Work item:
Copy each line in the data below that contains the word "Polygon".

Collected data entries
· · · ·
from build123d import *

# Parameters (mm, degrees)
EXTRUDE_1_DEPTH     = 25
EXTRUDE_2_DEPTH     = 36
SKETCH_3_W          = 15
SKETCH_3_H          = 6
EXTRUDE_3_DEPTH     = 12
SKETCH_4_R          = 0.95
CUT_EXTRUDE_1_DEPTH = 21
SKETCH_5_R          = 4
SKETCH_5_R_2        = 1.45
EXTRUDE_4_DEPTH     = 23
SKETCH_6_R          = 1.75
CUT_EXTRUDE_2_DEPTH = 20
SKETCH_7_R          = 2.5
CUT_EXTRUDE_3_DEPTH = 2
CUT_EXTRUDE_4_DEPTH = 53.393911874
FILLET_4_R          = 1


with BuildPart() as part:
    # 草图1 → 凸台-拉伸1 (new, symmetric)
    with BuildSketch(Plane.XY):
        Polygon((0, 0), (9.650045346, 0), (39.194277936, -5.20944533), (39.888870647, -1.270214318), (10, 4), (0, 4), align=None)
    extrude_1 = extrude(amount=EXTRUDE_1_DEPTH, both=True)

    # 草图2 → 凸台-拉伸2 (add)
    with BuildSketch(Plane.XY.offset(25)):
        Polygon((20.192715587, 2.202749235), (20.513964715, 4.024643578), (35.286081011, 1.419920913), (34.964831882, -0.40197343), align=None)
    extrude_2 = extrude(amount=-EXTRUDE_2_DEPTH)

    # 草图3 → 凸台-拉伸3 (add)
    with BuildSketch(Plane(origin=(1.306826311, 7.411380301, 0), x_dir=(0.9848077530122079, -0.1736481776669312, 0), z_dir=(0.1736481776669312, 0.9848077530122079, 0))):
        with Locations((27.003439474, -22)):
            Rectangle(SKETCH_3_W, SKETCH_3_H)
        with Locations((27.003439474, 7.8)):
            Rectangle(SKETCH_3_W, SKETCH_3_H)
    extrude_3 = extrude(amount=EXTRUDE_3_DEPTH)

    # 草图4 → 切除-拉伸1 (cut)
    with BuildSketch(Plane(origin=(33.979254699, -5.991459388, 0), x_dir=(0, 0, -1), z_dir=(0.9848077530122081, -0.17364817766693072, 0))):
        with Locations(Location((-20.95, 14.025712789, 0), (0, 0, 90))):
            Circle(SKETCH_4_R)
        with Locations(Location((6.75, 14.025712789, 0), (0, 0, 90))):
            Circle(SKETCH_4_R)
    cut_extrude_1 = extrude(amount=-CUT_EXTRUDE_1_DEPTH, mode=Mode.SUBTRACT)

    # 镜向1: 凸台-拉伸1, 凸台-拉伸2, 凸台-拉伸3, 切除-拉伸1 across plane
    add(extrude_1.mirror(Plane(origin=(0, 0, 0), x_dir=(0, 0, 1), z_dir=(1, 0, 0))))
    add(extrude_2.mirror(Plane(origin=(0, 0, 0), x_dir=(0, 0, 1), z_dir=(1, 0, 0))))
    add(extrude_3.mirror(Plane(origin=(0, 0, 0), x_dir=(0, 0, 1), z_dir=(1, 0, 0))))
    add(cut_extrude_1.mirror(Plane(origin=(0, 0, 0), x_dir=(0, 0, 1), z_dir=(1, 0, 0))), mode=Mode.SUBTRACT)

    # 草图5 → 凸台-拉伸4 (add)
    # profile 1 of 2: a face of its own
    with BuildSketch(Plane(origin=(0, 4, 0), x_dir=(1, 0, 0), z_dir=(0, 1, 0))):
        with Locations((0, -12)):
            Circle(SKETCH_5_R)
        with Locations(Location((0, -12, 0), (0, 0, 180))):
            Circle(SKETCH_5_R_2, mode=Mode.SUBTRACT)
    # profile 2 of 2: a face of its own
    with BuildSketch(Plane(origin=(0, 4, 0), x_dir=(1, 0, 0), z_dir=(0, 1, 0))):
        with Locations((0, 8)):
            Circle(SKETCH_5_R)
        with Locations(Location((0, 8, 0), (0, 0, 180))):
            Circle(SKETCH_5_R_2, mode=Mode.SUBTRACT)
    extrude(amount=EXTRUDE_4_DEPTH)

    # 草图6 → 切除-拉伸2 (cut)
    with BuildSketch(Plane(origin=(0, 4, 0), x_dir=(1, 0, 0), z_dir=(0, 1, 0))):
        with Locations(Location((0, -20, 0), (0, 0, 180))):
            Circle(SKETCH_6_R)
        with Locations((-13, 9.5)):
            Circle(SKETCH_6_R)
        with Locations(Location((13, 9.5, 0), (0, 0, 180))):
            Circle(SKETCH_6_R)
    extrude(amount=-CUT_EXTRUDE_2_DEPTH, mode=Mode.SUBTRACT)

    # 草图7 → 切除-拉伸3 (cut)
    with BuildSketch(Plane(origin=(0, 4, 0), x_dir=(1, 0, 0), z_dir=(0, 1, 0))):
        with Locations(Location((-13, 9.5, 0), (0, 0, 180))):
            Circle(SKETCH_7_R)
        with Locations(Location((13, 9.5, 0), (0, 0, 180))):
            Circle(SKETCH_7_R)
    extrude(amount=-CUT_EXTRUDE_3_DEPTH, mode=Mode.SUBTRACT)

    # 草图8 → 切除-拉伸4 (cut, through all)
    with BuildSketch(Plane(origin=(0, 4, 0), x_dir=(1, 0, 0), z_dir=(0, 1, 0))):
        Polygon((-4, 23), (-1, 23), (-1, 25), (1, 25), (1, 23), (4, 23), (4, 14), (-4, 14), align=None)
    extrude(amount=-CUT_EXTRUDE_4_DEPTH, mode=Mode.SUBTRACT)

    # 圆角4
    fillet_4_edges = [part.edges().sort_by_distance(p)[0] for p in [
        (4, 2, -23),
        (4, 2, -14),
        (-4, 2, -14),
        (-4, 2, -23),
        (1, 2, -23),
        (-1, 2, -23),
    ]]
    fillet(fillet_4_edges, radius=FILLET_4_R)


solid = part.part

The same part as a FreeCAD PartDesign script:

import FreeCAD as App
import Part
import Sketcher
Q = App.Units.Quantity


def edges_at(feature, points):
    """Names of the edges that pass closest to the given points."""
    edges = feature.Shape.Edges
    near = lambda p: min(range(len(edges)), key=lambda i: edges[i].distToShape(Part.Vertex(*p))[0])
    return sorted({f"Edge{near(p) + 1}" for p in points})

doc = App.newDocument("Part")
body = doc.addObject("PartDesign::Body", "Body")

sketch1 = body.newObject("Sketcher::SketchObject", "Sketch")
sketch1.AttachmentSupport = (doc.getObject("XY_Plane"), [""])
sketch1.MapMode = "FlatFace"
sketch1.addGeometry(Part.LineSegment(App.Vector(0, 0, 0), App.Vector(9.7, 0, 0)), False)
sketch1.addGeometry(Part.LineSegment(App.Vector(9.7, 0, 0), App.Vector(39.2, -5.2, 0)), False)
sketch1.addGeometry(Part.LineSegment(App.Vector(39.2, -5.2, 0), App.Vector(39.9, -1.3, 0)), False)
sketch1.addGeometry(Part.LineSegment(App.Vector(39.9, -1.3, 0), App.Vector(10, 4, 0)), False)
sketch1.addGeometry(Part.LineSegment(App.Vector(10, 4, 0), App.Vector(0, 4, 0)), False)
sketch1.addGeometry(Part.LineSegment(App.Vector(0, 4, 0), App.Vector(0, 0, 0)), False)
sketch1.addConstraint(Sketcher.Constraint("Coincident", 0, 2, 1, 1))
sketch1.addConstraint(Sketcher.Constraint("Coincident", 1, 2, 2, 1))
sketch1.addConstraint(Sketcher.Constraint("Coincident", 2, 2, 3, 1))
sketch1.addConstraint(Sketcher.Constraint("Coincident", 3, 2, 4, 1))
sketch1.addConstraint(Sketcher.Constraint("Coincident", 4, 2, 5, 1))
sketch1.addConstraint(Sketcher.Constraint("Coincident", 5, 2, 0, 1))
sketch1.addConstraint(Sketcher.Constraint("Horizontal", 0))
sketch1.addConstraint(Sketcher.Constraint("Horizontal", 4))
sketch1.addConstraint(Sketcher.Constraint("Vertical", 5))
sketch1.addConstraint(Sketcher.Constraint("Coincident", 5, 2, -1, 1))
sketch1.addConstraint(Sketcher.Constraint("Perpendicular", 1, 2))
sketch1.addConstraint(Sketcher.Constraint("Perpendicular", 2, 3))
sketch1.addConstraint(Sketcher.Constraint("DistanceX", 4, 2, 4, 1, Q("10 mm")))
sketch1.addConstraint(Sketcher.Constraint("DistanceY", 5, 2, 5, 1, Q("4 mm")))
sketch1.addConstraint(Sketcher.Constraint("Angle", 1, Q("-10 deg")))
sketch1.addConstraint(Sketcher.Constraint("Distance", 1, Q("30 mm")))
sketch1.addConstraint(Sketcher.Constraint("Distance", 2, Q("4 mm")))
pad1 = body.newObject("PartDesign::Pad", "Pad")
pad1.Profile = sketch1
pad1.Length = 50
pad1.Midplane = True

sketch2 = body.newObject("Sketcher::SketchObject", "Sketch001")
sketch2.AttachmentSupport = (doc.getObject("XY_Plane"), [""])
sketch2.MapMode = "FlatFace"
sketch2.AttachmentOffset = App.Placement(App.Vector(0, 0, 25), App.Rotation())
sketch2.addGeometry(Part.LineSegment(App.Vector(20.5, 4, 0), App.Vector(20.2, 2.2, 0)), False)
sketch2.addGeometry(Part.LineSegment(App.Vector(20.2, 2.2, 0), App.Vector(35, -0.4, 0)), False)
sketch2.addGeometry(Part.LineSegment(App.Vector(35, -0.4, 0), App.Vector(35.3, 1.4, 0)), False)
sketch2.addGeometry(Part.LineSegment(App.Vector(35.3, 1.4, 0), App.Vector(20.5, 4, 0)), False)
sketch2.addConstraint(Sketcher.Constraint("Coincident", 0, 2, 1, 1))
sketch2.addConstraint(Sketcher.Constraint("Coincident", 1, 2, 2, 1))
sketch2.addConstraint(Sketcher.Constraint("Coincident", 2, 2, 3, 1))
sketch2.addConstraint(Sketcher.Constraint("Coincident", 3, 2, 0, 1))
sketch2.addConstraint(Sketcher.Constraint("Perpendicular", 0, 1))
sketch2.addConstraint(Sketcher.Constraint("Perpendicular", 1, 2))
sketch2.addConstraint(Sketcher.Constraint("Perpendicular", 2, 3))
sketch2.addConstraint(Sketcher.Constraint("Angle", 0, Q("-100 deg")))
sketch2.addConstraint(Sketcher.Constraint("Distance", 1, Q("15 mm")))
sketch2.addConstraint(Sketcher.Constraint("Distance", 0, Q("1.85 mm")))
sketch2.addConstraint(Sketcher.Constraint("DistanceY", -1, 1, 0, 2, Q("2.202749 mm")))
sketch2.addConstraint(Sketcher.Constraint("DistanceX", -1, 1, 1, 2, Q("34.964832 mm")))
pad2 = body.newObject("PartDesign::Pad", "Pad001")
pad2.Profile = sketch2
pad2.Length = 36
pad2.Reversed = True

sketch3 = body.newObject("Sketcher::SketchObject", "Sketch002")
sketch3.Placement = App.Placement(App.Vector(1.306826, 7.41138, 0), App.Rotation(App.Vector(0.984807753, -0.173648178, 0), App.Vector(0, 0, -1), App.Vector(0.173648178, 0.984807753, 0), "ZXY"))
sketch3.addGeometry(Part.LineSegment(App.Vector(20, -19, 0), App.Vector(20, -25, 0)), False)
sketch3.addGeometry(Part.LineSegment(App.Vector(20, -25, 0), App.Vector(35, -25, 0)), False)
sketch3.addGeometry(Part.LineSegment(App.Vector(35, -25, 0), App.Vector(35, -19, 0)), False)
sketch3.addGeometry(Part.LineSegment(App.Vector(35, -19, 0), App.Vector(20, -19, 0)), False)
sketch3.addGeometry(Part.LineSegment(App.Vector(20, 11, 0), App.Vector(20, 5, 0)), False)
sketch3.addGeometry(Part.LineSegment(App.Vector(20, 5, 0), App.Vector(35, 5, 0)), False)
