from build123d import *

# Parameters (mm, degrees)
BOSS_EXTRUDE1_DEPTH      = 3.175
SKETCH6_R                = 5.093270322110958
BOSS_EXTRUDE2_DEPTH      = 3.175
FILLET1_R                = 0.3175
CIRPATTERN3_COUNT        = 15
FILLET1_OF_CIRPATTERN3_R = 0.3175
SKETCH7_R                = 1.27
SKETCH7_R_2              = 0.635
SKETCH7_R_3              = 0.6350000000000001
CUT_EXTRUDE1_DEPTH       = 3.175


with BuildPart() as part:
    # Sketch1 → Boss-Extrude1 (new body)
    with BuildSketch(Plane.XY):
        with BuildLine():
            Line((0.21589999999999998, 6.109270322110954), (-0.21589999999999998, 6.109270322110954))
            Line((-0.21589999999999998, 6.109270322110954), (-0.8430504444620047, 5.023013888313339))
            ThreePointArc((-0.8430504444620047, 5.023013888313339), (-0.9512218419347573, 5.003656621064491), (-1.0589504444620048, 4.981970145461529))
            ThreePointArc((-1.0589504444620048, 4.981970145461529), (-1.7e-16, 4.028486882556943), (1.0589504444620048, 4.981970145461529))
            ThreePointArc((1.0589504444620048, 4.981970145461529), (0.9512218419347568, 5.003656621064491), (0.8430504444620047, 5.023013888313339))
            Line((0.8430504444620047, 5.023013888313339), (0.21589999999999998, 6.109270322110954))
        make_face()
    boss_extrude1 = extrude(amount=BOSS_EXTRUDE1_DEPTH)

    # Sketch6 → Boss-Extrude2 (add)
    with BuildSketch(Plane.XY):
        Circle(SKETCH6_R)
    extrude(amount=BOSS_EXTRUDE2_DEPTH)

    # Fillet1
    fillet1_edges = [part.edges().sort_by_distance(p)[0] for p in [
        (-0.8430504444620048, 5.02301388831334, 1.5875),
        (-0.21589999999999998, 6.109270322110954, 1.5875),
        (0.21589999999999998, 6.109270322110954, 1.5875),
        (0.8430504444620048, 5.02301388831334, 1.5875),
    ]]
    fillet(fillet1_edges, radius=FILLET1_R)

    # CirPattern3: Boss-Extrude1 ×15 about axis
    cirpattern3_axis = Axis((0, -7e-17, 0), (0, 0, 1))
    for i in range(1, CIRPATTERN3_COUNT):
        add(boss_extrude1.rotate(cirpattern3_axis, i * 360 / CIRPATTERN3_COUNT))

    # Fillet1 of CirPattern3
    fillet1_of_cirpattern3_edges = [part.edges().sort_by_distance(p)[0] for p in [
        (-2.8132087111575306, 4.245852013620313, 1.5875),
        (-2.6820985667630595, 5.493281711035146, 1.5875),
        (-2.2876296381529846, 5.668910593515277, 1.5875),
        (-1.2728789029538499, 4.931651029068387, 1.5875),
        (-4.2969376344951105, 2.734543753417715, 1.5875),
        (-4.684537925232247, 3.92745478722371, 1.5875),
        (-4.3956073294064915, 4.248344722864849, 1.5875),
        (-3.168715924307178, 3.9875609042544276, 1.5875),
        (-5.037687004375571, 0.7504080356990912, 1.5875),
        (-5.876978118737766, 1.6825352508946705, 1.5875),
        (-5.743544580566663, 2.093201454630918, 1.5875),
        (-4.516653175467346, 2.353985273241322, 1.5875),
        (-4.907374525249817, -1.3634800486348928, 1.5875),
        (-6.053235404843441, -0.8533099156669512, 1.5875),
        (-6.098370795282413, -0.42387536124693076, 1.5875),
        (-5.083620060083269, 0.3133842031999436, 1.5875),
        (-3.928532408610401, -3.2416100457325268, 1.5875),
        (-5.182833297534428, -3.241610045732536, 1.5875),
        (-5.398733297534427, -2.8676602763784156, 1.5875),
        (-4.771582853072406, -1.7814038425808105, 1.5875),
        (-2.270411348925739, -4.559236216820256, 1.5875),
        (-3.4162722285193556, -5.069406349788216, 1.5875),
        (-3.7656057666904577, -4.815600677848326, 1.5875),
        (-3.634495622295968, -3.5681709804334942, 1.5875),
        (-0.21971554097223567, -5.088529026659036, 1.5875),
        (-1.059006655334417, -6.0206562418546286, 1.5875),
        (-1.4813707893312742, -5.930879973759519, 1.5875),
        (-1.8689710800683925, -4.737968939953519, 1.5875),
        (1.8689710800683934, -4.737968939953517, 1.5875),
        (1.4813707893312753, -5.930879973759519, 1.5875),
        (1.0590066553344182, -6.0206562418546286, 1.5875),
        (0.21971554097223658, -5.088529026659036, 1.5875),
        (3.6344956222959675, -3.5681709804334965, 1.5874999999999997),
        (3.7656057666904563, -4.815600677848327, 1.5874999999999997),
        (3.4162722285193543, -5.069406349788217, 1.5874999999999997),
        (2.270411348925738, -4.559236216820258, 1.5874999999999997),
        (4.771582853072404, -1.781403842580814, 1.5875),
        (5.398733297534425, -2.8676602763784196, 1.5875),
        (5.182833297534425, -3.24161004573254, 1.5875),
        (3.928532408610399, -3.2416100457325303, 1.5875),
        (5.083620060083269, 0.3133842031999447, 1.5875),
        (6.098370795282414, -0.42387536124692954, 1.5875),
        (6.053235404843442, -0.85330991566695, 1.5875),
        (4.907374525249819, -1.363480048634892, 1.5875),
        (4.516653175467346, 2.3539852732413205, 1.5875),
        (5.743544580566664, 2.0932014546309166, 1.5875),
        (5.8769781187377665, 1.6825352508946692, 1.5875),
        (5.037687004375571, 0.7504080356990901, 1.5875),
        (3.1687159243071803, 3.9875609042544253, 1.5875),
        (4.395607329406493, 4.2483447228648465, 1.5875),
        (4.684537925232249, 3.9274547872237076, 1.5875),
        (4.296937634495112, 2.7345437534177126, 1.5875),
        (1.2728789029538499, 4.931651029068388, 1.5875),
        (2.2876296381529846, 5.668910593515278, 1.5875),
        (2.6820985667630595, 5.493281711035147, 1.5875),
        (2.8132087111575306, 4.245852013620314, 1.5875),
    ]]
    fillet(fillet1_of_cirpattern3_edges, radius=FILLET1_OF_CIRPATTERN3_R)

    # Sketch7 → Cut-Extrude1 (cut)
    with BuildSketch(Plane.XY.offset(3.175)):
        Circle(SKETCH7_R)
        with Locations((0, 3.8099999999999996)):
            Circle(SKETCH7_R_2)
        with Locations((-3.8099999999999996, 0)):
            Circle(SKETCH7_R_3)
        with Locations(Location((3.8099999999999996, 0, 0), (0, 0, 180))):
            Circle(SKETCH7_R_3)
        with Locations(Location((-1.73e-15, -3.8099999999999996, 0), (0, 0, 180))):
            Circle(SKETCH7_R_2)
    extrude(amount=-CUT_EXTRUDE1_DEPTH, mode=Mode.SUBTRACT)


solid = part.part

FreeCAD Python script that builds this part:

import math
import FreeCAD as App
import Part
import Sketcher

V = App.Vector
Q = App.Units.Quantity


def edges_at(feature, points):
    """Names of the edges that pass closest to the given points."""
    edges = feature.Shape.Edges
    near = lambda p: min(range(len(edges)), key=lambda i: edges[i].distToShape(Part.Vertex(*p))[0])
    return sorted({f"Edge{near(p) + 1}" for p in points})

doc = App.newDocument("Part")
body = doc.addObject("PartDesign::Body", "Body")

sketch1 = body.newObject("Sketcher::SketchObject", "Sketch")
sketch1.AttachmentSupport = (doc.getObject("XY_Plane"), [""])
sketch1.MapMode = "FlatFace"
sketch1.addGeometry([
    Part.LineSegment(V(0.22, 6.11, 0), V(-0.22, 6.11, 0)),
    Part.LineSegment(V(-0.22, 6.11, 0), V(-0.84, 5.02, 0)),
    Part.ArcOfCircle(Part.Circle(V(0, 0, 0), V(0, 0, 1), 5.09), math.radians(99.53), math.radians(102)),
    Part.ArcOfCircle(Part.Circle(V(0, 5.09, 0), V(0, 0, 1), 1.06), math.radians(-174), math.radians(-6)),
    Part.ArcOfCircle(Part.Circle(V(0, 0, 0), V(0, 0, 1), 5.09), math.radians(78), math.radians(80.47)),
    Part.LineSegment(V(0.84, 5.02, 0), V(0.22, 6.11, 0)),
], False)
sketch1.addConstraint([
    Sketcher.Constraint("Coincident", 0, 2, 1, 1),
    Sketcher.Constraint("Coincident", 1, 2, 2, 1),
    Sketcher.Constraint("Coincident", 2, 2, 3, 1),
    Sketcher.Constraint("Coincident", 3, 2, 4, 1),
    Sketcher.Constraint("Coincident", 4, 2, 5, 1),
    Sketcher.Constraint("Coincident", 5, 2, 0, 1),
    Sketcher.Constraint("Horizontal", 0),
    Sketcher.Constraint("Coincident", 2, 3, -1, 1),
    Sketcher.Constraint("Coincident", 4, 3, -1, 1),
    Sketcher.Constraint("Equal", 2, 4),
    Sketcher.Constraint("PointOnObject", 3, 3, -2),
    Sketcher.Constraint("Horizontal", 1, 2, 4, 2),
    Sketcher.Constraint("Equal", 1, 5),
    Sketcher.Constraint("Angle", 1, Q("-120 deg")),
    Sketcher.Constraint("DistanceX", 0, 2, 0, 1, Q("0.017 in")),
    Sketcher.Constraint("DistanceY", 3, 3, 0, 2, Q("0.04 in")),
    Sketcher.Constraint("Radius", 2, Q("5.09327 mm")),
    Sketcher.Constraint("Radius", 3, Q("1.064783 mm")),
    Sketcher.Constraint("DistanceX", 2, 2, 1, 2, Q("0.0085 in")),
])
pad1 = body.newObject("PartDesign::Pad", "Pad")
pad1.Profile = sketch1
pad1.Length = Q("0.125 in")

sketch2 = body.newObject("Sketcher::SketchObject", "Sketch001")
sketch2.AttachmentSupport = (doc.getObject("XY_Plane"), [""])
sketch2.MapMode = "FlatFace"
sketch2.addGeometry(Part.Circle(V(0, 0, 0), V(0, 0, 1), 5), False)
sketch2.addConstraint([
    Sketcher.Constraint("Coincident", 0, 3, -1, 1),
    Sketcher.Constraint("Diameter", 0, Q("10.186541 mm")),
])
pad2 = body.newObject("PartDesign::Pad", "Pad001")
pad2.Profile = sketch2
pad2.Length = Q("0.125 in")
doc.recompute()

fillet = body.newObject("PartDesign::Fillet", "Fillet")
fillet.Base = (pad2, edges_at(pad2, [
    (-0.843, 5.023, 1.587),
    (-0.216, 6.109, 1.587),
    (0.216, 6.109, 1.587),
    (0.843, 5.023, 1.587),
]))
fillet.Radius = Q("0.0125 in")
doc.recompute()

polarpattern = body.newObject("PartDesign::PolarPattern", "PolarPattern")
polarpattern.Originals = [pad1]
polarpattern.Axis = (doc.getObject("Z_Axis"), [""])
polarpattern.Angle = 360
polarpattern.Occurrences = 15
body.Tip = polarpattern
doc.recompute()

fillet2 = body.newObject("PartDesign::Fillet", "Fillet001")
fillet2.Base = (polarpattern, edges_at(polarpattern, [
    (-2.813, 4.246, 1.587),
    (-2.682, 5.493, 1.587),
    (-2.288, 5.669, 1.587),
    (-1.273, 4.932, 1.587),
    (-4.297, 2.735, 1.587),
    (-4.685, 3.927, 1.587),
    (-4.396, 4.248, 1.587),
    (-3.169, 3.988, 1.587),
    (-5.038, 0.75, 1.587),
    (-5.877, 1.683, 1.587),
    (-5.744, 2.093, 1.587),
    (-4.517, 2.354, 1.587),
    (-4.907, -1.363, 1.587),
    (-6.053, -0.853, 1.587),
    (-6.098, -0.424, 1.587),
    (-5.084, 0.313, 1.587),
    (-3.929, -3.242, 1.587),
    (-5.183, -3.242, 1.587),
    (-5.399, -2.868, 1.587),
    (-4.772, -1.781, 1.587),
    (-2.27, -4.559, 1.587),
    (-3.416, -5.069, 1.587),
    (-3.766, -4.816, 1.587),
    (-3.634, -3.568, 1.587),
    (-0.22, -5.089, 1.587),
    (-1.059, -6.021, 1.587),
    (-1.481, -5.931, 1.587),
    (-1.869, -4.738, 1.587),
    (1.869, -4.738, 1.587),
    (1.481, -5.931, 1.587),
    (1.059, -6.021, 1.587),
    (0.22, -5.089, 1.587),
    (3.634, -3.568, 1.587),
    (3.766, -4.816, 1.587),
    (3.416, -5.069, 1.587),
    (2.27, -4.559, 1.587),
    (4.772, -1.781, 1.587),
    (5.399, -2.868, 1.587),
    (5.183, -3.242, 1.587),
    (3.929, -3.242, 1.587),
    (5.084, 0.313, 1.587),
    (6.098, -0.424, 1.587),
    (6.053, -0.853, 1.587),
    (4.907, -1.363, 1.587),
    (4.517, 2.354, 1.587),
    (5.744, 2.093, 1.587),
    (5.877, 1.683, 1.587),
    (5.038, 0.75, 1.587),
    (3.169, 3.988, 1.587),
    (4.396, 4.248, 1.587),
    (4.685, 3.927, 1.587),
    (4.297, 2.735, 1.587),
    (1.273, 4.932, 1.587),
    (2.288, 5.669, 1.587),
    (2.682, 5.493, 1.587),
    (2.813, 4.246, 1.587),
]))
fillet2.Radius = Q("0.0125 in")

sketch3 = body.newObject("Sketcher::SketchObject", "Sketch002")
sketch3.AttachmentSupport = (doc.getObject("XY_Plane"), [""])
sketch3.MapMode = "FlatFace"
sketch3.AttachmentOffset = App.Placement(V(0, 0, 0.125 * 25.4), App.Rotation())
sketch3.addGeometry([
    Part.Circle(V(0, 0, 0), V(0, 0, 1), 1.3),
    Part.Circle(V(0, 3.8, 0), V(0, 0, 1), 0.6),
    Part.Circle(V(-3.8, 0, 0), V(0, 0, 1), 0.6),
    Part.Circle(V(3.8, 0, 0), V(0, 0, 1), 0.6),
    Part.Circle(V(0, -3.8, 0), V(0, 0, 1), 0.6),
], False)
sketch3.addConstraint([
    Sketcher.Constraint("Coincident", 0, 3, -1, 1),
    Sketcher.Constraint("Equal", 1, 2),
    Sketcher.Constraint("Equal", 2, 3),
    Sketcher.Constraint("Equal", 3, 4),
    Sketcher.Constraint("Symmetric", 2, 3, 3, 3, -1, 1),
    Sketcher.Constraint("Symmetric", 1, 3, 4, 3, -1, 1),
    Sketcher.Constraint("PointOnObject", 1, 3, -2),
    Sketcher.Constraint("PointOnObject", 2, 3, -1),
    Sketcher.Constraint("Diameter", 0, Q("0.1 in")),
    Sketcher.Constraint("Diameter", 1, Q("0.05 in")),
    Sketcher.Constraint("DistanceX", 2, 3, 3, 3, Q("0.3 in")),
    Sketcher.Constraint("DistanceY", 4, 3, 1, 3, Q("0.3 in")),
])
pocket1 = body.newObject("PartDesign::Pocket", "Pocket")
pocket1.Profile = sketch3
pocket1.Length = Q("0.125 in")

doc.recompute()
· · · ·
Written solution:
        Polygon((0, 0), (9.650045346, 0), (39.194277936, -5.20944533), (39.888870647, -1.270214318), (10, 4), (0, 4), align=None)
        Polygon((20.192715587, 2.202749235), (20.513964715, 4.024643578), (35.286081011, 1.419920913), (34.964831882, -0.40197343), align=None)
        Polygon((-4, 23), (-1, 23), (-1, 25), (1, 25), (1, 23), (4, 23), (4, 14), (-4, 14), align=None)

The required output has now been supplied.